• [WHAT YOU HAVE TO DO]:
Beneath this line are the data; copy exactly the part of them that opens with the line containing "#90=VERTEX_POINT('',#89);" and closes with the line containing "#98=FACE_BOUND('',#97,.T.);", and only that part.

☆ ☆ ☆ ☆ ☆

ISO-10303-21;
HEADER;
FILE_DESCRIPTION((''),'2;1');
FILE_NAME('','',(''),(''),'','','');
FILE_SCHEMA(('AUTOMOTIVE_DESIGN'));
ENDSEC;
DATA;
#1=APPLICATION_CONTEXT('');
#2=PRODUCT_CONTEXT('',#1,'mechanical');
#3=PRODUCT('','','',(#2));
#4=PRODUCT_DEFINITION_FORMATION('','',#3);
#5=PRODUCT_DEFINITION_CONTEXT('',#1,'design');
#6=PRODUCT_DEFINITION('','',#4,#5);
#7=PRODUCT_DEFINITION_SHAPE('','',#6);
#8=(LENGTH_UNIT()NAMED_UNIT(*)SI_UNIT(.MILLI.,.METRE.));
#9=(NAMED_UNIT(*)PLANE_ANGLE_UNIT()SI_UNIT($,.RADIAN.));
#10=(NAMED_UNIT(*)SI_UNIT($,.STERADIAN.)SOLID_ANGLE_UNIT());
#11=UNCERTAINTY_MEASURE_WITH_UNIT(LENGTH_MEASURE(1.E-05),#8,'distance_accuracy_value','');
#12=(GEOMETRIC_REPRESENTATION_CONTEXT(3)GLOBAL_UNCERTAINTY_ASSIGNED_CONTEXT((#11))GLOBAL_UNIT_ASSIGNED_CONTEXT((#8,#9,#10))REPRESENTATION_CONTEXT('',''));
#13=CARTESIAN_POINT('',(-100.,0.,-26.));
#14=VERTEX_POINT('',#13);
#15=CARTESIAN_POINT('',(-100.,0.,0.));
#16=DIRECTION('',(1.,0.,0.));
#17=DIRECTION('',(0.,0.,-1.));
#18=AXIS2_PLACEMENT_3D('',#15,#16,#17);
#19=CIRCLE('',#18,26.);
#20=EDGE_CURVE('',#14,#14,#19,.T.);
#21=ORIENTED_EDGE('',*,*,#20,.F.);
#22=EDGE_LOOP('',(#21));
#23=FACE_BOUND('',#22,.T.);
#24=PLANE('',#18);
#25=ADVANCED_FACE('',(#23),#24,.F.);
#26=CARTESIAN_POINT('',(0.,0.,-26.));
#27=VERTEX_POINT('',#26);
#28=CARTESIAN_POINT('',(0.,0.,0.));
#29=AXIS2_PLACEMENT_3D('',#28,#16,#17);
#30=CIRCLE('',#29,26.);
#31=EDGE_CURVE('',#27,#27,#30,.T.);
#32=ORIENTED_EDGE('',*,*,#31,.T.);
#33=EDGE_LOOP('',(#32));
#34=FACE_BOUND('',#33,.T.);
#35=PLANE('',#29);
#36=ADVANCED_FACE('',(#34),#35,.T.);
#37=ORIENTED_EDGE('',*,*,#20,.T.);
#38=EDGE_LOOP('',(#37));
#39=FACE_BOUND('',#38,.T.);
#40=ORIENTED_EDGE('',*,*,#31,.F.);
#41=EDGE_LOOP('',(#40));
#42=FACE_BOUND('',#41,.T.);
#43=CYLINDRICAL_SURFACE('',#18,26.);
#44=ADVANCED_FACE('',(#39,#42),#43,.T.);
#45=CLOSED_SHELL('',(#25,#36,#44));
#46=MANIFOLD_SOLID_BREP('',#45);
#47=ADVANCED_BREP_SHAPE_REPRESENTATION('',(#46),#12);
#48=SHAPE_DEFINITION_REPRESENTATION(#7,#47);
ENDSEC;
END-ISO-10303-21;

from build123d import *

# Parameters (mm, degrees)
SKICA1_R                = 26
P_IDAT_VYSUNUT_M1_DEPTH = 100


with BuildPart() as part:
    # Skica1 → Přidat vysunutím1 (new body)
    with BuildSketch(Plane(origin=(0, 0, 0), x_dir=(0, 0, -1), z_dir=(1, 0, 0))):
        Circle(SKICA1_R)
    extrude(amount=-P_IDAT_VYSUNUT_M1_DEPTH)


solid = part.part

☆ ☆ ☆ ☆ ☆

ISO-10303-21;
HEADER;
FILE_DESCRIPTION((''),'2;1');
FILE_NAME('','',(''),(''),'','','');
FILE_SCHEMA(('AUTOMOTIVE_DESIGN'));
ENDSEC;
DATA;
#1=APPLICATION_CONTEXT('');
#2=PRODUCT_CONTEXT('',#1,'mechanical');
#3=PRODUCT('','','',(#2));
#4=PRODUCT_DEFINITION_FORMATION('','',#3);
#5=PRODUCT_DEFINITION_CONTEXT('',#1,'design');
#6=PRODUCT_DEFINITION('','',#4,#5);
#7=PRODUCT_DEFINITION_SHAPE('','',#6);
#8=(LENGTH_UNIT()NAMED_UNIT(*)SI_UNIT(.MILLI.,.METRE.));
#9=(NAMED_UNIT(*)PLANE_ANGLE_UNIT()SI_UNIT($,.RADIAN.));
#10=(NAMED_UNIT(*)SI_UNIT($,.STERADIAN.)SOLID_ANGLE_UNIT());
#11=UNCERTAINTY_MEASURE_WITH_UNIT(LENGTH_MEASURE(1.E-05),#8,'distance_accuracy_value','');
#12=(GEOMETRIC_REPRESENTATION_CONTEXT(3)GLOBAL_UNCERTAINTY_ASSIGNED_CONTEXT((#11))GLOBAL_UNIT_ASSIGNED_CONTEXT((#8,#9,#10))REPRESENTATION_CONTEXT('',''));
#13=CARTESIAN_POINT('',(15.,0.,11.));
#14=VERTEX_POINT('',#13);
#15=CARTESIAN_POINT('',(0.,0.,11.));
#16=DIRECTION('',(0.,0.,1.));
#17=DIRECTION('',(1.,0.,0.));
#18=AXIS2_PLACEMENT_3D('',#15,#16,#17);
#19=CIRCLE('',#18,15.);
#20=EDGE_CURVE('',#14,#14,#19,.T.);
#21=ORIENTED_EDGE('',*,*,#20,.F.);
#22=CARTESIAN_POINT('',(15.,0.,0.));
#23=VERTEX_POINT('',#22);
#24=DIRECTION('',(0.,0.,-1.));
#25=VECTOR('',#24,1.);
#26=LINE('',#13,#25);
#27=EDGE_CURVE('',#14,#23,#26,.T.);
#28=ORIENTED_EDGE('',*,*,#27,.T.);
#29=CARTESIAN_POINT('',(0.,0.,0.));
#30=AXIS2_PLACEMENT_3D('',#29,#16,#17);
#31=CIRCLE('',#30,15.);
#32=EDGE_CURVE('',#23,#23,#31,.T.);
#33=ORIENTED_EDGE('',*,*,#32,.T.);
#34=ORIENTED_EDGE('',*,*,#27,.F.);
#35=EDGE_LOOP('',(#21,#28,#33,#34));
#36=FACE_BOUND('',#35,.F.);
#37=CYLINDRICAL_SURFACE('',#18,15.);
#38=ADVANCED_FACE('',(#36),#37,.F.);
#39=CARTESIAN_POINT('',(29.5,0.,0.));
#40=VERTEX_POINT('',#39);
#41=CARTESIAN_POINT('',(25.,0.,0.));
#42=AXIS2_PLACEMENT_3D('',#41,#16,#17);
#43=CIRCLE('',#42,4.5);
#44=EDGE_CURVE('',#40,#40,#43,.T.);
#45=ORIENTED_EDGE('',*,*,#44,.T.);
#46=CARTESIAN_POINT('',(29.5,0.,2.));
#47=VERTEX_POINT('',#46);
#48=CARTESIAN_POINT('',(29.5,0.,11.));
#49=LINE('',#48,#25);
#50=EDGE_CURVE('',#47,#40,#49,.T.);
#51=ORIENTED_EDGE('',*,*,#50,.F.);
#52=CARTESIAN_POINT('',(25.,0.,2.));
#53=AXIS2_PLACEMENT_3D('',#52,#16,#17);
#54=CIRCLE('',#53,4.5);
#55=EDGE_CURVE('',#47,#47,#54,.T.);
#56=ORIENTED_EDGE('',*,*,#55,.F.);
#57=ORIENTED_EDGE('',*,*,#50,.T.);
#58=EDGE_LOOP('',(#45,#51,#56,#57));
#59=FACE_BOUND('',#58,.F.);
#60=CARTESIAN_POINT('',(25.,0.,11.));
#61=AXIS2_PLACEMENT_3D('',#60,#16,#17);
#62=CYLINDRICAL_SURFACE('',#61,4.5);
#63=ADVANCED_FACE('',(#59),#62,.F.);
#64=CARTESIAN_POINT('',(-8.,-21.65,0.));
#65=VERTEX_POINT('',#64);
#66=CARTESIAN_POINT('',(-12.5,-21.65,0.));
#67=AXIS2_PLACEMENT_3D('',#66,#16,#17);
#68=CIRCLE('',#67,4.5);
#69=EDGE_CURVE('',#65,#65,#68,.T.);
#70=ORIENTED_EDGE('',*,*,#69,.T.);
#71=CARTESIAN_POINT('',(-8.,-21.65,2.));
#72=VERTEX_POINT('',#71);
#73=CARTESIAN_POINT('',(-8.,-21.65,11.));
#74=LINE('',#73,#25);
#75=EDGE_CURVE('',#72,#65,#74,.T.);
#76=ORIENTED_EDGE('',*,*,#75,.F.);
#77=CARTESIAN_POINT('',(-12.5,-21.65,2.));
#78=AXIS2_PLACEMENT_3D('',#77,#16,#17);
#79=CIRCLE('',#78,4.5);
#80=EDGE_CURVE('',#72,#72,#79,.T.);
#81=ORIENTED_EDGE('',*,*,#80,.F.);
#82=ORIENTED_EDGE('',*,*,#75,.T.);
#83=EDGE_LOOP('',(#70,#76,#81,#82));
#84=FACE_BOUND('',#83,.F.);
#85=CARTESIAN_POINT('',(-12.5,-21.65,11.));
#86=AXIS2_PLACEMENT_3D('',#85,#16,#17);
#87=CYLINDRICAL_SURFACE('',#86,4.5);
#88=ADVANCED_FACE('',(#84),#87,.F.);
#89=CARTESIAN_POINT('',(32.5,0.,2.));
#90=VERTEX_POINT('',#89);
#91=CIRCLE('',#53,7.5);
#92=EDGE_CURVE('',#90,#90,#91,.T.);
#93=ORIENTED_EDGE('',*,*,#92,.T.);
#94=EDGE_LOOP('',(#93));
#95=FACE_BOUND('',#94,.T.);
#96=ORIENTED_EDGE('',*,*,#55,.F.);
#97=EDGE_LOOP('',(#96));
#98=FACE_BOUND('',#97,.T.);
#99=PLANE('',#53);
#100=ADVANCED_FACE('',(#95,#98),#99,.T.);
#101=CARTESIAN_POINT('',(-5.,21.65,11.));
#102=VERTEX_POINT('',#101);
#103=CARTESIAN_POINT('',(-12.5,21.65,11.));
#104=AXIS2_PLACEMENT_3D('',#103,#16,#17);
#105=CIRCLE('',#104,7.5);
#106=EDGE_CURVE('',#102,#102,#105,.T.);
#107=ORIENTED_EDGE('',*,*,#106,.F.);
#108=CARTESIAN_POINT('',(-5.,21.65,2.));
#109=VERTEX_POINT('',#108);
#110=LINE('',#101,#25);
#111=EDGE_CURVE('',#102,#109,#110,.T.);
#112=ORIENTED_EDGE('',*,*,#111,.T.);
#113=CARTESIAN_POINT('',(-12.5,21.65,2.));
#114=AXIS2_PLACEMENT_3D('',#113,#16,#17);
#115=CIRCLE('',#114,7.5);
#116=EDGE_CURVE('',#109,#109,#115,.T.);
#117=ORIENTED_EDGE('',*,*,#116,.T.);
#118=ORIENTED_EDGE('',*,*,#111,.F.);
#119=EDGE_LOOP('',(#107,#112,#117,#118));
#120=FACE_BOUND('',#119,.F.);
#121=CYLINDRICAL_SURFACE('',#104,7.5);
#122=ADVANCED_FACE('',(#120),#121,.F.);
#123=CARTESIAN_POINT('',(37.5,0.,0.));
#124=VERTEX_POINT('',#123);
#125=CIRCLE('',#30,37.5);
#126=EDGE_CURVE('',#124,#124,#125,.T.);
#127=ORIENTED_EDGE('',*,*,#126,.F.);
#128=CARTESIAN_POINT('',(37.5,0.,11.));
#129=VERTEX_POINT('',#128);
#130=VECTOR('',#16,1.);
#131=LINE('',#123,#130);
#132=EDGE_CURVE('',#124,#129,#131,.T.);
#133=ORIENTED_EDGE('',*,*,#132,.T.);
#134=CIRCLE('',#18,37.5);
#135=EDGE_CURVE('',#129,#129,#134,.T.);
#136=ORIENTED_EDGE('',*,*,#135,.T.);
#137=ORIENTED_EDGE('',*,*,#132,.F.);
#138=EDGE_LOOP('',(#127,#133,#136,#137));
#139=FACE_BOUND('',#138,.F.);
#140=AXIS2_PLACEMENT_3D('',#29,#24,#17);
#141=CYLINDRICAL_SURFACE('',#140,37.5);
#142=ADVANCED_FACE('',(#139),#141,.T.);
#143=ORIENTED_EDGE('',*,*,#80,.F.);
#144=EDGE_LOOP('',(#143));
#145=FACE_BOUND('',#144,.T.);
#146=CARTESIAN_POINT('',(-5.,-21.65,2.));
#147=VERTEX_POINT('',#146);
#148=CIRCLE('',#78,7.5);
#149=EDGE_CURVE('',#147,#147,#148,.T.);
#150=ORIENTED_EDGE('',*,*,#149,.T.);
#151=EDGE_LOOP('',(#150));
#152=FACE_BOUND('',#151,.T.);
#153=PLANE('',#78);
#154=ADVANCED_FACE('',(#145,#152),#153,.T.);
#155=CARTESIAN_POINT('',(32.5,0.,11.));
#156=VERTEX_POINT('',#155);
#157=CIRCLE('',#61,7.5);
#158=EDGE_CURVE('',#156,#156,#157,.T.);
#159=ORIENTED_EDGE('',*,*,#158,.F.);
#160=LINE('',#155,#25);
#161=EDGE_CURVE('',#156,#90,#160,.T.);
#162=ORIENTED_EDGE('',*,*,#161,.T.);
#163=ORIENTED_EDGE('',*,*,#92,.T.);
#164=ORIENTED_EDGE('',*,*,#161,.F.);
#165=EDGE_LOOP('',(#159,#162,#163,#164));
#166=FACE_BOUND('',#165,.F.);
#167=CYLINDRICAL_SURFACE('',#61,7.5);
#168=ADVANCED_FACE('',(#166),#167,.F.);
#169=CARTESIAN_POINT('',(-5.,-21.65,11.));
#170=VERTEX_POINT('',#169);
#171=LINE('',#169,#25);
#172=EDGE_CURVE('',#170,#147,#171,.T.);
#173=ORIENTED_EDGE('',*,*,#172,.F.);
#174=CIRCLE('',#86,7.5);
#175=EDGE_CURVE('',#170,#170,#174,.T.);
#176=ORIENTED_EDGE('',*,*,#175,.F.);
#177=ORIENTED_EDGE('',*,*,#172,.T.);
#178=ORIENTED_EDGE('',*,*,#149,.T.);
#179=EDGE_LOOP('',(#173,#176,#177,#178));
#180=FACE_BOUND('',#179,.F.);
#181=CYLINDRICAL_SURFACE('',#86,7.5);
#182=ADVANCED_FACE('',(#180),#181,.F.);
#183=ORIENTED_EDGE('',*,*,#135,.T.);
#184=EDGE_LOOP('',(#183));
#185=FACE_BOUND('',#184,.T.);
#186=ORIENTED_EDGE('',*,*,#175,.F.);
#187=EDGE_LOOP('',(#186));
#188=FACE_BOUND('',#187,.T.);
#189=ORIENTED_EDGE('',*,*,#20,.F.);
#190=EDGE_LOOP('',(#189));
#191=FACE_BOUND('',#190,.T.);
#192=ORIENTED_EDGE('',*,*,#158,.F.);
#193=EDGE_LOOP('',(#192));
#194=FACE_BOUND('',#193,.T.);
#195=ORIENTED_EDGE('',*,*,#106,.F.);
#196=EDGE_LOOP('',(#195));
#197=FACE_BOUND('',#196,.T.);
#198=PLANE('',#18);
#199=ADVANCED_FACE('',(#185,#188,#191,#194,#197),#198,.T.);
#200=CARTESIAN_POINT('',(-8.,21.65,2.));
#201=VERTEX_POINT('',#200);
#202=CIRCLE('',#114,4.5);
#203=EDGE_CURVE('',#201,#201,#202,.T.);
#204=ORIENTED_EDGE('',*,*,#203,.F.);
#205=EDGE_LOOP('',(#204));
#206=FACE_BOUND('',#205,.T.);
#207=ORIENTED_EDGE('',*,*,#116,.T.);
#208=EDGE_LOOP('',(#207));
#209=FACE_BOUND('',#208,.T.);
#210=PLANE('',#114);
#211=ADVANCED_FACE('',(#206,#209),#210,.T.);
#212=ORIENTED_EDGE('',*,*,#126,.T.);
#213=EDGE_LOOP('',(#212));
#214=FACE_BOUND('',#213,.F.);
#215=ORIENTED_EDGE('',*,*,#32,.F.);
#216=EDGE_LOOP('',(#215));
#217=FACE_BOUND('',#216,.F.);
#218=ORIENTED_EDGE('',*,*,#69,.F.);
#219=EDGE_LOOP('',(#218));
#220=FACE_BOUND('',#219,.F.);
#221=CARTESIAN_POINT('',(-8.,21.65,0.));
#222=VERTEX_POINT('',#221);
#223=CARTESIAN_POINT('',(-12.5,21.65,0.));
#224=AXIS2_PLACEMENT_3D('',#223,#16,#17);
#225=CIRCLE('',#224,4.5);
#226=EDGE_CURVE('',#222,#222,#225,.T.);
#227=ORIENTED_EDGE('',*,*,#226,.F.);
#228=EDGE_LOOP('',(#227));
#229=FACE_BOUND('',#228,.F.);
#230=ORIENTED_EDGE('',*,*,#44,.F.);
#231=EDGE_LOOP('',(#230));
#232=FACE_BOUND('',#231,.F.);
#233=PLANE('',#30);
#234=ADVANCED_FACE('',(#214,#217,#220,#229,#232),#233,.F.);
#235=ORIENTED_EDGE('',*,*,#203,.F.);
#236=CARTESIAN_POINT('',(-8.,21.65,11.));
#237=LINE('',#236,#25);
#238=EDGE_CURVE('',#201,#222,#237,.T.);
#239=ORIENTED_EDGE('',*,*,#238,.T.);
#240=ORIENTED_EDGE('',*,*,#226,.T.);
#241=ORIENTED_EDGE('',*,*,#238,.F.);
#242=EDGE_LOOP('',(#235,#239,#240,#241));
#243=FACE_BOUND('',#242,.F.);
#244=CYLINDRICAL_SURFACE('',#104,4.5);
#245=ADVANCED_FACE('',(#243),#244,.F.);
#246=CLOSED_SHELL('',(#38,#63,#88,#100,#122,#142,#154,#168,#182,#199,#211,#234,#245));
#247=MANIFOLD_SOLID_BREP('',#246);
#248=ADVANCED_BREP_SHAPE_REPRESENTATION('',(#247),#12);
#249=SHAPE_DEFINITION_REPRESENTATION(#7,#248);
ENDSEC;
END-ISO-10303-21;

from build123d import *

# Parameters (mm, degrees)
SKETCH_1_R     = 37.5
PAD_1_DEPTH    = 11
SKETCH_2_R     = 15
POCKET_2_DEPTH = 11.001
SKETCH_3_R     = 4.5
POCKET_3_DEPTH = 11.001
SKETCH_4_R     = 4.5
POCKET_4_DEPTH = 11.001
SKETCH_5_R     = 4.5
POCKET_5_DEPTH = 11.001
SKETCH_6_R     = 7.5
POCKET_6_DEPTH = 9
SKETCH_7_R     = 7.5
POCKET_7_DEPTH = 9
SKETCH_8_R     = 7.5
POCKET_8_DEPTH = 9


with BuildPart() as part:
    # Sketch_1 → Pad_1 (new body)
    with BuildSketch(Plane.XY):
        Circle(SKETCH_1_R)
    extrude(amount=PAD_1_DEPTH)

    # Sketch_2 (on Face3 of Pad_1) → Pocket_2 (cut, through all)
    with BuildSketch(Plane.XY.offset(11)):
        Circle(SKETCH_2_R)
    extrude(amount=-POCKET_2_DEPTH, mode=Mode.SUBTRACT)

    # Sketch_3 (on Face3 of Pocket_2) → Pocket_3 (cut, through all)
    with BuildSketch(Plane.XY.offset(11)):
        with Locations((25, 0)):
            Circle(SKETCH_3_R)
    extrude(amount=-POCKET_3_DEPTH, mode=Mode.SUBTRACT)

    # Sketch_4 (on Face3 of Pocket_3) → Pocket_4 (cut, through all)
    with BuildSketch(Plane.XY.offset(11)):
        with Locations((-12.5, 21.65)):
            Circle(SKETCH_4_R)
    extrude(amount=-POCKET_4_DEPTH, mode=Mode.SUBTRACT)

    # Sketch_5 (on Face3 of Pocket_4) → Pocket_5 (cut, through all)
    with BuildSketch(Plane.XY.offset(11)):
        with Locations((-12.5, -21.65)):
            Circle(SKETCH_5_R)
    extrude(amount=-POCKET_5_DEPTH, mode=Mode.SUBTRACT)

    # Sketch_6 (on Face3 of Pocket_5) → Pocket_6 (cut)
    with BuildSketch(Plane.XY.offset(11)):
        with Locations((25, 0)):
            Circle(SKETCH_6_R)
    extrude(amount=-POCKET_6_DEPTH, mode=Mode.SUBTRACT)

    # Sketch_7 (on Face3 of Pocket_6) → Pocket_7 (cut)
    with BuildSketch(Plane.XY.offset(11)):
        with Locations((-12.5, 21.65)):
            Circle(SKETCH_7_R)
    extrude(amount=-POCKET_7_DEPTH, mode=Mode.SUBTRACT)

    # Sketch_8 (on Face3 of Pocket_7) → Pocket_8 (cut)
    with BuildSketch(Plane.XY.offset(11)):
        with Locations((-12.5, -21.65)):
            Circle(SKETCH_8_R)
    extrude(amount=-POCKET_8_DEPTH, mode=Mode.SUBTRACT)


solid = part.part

☆ ☆ ☆ ☆ ☆

• [RESPONSE TO THIS TASK]:
#90=VERTEX_POINT('',#89);
#91=CIRCLE('',#53,7.5);
#92=EDGE_CURVE('',#90,#90,#91,.T.);
#93=ORIENTED_EDGE('',*,*,#92,.T.);
#94=EDGE_LOOP('',(#93));
#95=FACE_BOUND('',#94,.T.);
#96=ORIENTED_EDGE('',*,*,#55,.F.);
#97=EDGE_LOOP('',(#96));
#98=FACE_BOUND('',#97,.T.);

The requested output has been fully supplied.